» What needs to be done:
Starting at the line that contains "#40=FACE_BOUND('',#39,.T.);", transcribe every remaining line of the entries exactly, including the last one.

Extracted data START

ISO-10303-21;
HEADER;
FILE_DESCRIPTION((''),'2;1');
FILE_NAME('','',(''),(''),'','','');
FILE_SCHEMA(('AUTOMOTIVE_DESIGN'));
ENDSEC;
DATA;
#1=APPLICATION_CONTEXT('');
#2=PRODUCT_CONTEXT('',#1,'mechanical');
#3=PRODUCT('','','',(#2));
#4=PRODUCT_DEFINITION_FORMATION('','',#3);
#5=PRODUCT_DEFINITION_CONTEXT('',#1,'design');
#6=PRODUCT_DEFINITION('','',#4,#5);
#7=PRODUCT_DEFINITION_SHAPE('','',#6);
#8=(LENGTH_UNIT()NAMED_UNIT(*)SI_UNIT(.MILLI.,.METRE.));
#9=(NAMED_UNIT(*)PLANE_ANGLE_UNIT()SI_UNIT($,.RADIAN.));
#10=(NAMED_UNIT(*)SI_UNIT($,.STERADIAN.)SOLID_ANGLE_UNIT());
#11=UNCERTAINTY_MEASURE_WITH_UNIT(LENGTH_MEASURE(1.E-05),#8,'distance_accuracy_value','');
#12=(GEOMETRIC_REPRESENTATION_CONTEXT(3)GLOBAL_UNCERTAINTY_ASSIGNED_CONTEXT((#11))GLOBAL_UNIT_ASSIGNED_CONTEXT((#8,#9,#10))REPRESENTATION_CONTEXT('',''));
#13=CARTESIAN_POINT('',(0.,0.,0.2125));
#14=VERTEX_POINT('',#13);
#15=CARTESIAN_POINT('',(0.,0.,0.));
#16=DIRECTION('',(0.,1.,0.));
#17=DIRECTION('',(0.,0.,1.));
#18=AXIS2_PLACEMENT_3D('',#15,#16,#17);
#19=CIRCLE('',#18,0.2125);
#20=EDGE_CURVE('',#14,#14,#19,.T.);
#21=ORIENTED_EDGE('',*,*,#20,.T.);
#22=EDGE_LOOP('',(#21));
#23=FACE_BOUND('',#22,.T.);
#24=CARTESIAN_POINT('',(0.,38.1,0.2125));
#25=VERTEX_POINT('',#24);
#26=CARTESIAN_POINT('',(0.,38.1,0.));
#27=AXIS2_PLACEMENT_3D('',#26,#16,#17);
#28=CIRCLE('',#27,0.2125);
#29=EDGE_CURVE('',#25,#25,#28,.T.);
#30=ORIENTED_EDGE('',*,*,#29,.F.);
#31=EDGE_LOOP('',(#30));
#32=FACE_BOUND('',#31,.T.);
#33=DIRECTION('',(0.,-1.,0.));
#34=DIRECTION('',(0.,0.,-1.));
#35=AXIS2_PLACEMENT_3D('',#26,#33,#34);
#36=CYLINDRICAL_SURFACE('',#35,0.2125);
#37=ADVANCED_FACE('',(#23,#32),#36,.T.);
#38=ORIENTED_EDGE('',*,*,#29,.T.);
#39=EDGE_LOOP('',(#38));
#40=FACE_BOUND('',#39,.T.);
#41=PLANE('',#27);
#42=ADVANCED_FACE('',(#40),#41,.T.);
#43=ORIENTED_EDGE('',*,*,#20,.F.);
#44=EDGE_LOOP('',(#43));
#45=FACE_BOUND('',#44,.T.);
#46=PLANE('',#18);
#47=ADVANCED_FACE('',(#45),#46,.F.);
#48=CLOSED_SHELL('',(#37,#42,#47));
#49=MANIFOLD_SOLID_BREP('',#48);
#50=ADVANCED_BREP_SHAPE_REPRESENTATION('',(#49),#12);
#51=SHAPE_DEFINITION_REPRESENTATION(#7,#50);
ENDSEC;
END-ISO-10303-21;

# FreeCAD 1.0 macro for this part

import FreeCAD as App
import Part
import Sketcher
from FreeCAD import Vector
Q = App.Units.Quantity

doc = App.newDocument("Part")
body = doc.addObject("PartDesign::Body", "Body")

sketch1 = doc.addObject("Sketcher::SketchObject", "Sketch")
body.addObject(sketch1)
sketch1.AttachmentSupport = (doc.XZ_Plane, [""])
sketch1.MapMode = "FlatFace"
sketch1.addGeometry(Part.Circle(Vector(0, 0, 0), Vector(0, 0, 1), 0.21), False)
sketch1.addConstraint(Sketcher.Constraint("Coincident", 0, 3, -1, 1))
sketch1.addConstraint(Sketcher.Constraint("Diameter", 0, 0.425))
pad1 = doc.addObject("PartDesign::Pad", "Pad")
body.addObject(pad1)
pad1.Profile = sketch1
pad1.Length = Q("1.5 in")
pad1.Reversed = True

doc.recompute()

Extracted data END

» Finished task:
#40=FACE_BOUND('',#39,.T.);
#41=PLANE('',#27);
#42=ADVANCED_FACE('',(#40),#41,.T.);
#43=ORIENTED_EDGE('',*,*,#20,.F.);
#44=EDGE_LOOP('',(#43));
#45=FACE_BOUND('',#44,.T.);
#46=PLANE('',#18);
#47=ADVANCED_FACE('',(#45),#46,.F.);
#48=CLOSED_SHELL('',(#37,#42,#47));
#49=MANIFOLD_SOLID_BREP('',#48);
#50=ADVANCED_BREP_SHAPE_REPRESENTATION('',(#49),#12);
#51=SHAPE_DEFINITION_REPRESENTATION(#7,#50);
ENDSEC;
END-ISO-10303-21;

# FreeCAD 1.0 macro for this part

import FreeCAD as App
import Part
import Sketcher
from FreeCAD import Vector
Q = App.Units.Quantity

doc = App.newDocument("Part")
body = doc.addObject("PartDesign::Body", "Body")

sketch1 = doc.addObject("Sketcher::SketchObject", "Sketch")
body.addObject(sketch1)
sketch1.AttachmentSupport = (doc.XZ_Plane, [""])
sketch1.MapMode = "FlatFace"
sketch1.addGeometry(Part.Circle(Vector(0, 0, 0), Vector(0, 0, 1), 0.21), False)
sketch1.addConstraint(Sketcher.Constraint("Coincident", 0, 3, -1, 1))
sketch1.addConstraint(Sketcher.Constraint("Diameter", 0, 0.425))
pad1 = doc.addObject("PartDesign::Pad", "Pad")
body.addObject(pad1)
pad1.Profile = sketch1
pad1.Length = Q("1.5 in")
pad1.Reversed = True

doc.recompute()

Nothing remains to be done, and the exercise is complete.